I have a 5-yo Hermann's tortoise who loves to run around and climb. Lately though, I've been finding her stuck upside down on her back. This always happens in around the same place in her enclosure, right by the same wall. I make sure her water dish is far away from that area (or any wall) so that she's less likely to fall upside down and drown but it still scares me so much that one day she'll tip over and I won't be around to pick her back up. Whenever I leave the house for more than an hour or so I make sure there's someone around who can check in on her from time to time but that's not a very practical long-term solution. When I've found her upside down I have tried leaving her there for a minute to see if she can tip herself back upright, but she just seems to lie on her back and flail her legs around without any success. Are most tortoises able to right themselves when they fall upside down? I'm scared she's going to suffocate.

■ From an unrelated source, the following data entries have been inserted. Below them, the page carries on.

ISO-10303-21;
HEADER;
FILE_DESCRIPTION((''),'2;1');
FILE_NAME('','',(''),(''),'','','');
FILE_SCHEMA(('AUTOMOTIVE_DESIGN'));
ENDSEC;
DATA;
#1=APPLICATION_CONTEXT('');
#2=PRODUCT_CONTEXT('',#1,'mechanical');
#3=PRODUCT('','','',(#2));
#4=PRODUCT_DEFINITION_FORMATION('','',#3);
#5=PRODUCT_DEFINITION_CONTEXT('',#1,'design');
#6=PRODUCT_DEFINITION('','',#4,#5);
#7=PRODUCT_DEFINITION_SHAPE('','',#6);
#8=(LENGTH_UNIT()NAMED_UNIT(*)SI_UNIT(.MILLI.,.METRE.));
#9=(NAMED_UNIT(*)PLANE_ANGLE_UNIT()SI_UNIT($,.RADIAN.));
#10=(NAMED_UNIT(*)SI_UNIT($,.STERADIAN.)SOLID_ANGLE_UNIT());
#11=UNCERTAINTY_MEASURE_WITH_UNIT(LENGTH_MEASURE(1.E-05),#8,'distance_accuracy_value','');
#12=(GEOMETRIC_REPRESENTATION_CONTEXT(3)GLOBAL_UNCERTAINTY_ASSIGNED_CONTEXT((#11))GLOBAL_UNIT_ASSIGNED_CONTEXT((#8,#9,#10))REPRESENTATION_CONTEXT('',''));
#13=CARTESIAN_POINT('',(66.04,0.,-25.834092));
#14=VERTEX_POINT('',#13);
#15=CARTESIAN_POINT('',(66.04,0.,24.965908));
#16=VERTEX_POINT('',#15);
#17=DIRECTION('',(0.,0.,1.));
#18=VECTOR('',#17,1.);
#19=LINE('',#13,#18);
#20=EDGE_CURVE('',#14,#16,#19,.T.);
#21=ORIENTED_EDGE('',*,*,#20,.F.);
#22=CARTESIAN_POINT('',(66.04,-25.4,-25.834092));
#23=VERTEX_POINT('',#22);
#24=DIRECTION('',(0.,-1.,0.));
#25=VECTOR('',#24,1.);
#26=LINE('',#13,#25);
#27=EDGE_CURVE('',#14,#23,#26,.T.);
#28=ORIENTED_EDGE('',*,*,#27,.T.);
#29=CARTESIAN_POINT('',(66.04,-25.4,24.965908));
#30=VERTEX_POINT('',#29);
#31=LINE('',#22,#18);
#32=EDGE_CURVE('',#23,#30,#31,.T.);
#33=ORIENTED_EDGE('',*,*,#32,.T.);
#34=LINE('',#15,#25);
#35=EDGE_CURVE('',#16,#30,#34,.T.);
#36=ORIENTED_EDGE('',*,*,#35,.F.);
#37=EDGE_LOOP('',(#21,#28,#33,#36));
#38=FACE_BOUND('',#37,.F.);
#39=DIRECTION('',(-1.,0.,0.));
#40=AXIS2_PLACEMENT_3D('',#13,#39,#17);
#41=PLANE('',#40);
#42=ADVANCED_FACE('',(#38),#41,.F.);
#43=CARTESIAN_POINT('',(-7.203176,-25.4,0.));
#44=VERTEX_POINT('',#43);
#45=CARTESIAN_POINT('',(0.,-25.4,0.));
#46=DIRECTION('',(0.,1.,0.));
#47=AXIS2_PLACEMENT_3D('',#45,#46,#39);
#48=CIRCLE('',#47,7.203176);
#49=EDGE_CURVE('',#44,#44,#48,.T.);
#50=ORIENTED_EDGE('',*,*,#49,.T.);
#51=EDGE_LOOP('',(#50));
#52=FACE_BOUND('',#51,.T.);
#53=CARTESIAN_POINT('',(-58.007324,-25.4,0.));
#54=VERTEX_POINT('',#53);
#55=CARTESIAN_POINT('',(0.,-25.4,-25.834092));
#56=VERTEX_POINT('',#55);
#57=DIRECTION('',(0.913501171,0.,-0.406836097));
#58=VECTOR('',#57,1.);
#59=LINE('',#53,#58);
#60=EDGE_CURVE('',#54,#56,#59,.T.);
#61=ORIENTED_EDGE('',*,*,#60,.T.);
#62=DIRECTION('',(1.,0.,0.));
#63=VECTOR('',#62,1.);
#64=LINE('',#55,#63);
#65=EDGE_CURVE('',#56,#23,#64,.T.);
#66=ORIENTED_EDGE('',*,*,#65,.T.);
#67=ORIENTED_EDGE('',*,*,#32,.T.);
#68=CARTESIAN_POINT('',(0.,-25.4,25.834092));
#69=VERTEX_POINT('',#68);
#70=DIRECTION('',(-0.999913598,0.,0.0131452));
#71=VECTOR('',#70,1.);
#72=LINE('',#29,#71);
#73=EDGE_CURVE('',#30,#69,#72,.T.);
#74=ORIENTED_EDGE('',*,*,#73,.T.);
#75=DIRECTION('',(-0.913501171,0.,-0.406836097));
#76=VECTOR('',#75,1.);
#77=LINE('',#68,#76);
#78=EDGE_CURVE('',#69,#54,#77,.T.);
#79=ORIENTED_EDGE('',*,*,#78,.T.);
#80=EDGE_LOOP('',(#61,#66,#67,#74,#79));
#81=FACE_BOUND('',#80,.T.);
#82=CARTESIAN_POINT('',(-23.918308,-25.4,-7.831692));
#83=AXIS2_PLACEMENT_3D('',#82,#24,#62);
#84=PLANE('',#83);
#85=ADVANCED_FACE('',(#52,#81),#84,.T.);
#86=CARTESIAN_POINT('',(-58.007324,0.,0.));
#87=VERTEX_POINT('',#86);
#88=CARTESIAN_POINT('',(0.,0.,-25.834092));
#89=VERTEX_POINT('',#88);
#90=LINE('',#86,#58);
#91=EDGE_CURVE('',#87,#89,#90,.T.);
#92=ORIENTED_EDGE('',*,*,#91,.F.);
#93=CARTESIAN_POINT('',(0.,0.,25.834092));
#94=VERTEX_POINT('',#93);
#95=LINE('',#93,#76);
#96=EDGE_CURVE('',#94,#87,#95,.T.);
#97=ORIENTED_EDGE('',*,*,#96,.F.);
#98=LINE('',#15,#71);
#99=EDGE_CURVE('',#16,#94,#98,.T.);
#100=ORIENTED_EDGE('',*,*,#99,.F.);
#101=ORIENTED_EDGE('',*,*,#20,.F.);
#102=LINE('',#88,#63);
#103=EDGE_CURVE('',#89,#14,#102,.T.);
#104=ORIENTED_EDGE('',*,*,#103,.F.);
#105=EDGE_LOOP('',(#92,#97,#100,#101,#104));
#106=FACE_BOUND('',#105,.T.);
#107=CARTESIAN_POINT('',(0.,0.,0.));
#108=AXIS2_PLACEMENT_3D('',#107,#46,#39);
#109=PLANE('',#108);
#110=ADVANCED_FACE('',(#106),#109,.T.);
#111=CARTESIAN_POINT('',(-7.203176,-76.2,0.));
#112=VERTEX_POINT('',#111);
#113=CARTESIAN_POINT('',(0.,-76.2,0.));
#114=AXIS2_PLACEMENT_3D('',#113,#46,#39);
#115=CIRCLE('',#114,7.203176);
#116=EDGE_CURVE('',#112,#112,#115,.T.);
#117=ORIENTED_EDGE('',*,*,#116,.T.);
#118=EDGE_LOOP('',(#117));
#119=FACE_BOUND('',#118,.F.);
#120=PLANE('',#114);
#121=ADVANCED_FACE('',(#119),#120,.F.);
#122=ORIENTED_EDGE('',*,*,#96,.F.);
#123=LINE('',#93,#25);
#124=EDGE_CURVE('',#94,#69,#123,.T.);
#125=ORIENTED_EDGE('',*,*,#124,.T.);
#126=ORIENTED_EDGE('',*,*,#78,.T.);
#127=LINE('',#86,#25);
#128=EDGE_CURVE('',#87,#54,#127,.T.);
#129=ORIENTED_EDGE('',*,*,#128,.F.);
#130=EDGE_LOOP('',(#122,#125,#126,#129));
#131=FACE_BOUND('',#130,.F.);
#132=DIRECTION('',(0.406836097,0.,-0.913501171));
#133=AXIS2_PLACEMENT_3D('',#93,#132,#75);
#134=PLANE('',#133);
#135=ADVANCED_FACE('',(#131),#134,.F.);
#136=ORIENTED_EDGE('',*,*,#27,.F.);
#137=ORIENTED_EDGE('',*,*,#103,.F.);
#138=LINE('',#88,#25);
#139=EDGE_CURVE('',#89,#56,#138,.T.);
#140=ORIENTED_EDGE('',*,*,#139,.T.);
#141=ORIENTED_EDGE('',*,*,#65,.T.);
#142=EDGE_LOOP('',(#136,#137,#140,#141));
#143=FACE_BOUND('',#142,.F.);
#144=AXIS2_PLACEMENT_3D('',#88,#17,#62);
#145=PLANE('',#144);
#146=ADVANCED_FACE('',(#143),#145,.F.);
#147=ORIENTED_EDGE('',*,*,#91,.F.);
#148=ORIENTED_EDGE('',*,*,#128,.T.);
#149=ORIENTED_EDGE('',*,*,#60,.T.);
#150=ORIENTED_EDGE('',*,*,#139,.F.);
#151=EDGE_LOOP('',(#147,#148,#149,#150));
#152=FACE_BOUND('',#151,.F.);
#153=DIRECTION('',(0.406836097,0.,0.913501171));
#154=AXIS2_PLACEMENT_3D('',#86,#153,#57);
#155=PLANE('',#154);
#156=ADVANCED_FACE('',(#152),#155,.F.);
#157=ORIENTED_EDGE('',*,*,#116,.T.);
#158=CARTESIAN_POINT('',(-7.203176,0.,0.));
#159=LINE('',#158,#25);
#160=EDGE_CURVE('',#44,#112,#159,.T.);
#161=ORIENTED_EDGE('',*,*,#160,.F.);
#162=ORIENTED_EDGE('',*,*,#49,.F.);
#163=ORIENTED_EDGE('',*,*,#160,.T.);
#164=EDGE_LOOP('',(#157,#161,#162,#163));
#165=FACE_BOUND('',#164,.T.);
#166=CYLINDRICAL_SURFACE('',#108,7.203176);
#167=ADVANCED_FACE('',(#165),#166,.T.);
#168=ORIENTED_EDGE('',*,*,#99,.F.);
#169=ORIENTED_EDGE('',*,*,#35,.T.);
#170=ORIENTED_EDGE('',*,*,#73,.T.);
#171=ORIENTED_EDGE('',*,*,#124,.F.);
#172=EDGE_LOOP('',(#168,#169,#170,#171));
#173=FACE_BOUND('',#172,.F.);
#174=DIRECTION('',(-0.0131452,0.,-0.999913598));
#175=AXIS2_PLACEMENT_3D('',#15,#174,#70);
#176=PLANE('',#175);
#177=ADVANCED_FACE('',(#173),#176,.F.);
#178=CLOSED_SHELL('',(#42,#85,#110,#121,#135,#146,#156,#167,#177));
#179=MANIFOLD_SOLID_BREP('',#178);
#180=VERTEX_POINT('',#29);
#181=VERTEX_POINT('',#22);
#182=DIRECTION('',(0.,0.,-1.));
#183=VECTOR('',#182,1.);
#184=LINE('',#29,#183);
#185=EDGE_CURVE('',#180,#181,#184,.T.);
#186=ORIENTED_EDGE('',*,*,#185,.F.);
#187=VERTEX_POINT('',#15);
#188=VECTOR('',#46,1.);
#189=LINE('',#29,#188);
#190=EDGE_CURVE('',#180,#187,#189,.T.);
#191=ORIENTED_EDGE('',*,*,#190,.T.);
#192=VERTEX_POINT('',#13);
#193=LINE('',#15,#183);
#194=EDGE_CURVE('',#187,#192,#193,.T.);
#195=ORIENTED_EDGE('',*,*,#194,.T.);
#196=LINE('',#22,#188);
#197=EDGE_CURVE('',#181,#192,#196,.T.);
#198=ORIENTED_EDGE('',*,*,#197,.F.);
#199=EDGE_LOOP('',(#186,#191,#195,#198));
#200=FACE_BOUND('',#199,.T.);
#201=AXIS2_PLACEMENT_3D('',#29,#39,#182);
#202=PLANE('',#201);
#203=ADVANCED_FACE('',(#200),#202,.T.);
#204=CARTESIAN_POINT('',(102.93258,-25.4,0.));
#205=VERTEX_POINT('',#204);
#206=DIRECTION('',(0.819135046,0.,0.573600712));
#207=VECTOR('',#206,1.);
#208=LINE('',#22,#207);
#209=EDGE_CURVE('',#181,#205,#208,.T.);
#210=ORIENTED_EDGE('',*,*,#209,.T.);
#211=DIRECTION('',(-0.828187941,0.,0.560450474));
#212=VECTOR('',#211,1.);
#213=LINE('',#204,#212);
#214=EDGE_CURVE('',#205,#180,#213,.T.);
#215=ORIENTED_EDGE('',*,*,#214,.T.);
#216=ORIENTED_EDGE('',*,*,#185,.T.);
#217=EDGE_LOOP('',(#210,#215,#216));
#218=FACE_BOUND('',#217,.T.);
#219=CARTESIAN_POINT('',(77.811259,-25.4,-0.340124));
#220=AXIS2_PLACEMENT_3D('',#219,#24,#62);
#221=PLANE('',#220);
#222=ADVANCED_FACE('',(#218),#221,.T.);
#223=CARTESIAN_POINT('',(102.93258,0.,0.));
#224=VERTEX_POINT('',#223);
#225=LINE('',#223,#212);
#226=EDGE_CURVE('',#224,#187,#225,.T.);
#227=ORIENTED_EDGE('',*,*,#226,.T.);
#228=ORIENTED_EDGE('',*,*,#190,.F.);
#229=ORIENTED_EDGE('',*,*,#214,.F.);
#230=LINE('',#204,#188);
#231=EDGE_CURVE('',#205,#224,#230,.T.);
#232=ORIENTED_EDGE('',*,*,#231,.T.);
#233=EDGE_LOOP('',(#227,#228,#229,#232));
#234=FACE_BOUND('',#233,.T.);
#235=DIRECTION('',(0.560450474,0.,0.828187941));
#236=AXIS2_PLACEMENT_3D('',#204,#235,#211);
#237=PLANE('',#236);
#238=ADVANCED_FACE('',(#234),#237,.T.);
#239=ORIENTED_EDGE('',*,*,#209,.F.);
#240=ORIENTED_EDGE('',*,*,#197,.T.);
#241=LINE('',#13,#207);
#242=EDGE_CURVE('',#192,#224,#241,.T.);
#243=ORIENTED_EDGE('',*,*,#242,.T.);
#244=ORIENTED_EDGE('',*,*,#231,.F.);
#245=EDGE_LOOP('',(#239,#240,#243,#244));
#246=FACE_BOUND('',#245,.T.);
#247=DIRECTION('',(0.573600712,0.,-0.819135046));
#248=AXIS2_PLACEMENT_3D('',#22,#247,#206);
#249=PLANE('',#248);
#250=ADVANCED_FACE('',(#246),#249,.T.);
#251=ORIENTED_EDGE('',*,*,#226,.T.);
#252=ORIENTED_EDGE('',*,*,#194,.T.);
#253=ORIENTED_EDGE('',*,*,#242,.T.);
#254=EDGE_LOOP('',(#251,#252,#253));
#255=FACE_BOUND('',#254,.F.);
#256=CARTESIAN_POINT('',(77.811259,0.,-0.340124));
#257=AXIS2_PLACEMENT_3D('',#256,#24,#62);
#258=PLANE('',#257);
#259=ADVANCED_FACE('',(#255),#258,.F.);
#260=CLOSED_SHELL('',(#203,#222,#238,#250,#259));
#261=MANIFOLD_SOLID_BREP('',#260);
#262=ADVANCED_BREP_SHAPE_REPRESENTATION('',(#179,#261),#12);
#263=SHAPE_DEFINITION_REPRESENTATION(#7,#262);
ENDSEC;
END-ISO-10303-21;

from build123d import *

# Parameters (mm, degrees)
F1_DEPTH = 25.4
F2_R     = 7.203176
F3_DEPTH = 76.2
F5_DEPTH = 25.4


with BuildPart() as f1:
    # F0 (on Front) → F1 (new body)
    with BuildSketch(Plane.XZ):
        Polygon((0, -25.834092), (0, 0), (-58.007324, 0), align=None)
        Polygon((0, 25.834092), (0, 0), (0, -25.834092), (66.04, -25.834092), (66.04, 24.965908), align=None)
        Polygon((-58.007324, 0), (0, 0), (0, 25.834092), align=None)
    extrude(amount=F1_DEPTH)

    # F2 (on face) → F3 (join)
    with BuildSketch(Plane(origin=(0, 0, 0), x_dir=(-1, 0, 0), z_dir=(0, 1, 0))):
        Circle(F2_R)
    extrude(amount=-F3_DEPTH)


with BuildPart() as f5:
    # F4 (on face) → F5 (new body)
    with BuildSketch(Plane.XZ.offset(25.4)):
        Polygon((102.93258, 0), (66.04, 24.965908), (66.04, -25.834092), align=None)
    extrude(amount=-F5_DEPTH)


solid = Compound([f1.part, f5.part])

Can she die if she gets stuck on her back for more than a few minutes? a few hours?

Any ideas on how to change her enclosure would be great. I have no idea what to do. She's currently in a 3'x5' indoor wooden enclosure with aspen shavings. What kinds of things could I put in her enclosure that would make it easier for her to right herself/not tip upside down in the first place? Maybe a different kind of bedding? I tried all sorts of different substrates when I first got her and aspen shavings are the only thing she won't try to eat, so I'm hesitant to change that. I'm at a loss.


----------



## ChiKat (Apr 6, 2010)

I have found my hatchling flipped on his back several times. I still live at home (unfortunately  ) and I am fortunate that my mom works at home and is able to check on Nelson several times throughout the day. 
However, as you've said, this is not a practical long-term solution. 

Where have you found her stuck on her back? In corners? Next to hides/logs or other various things she can climb on? 
One thing I had to do was take out Nelson's half-log. I had built up substrate next to it so he wasn't able to fall off the sides, but he would still dive off the end and get stuck on his back  
One thing you might want to do is only give him hides with vertical sides that he is unable to climb (a wooden house, box, etc.) 
I also found him flipped on his back near corners because he would try to climb out  I ended up putting fake plants in the corners so he can't get to the corners.
I have also placed rocks strategically throughout the enclosure so if he flips over he has a better chance of using a rock to flip himself back over.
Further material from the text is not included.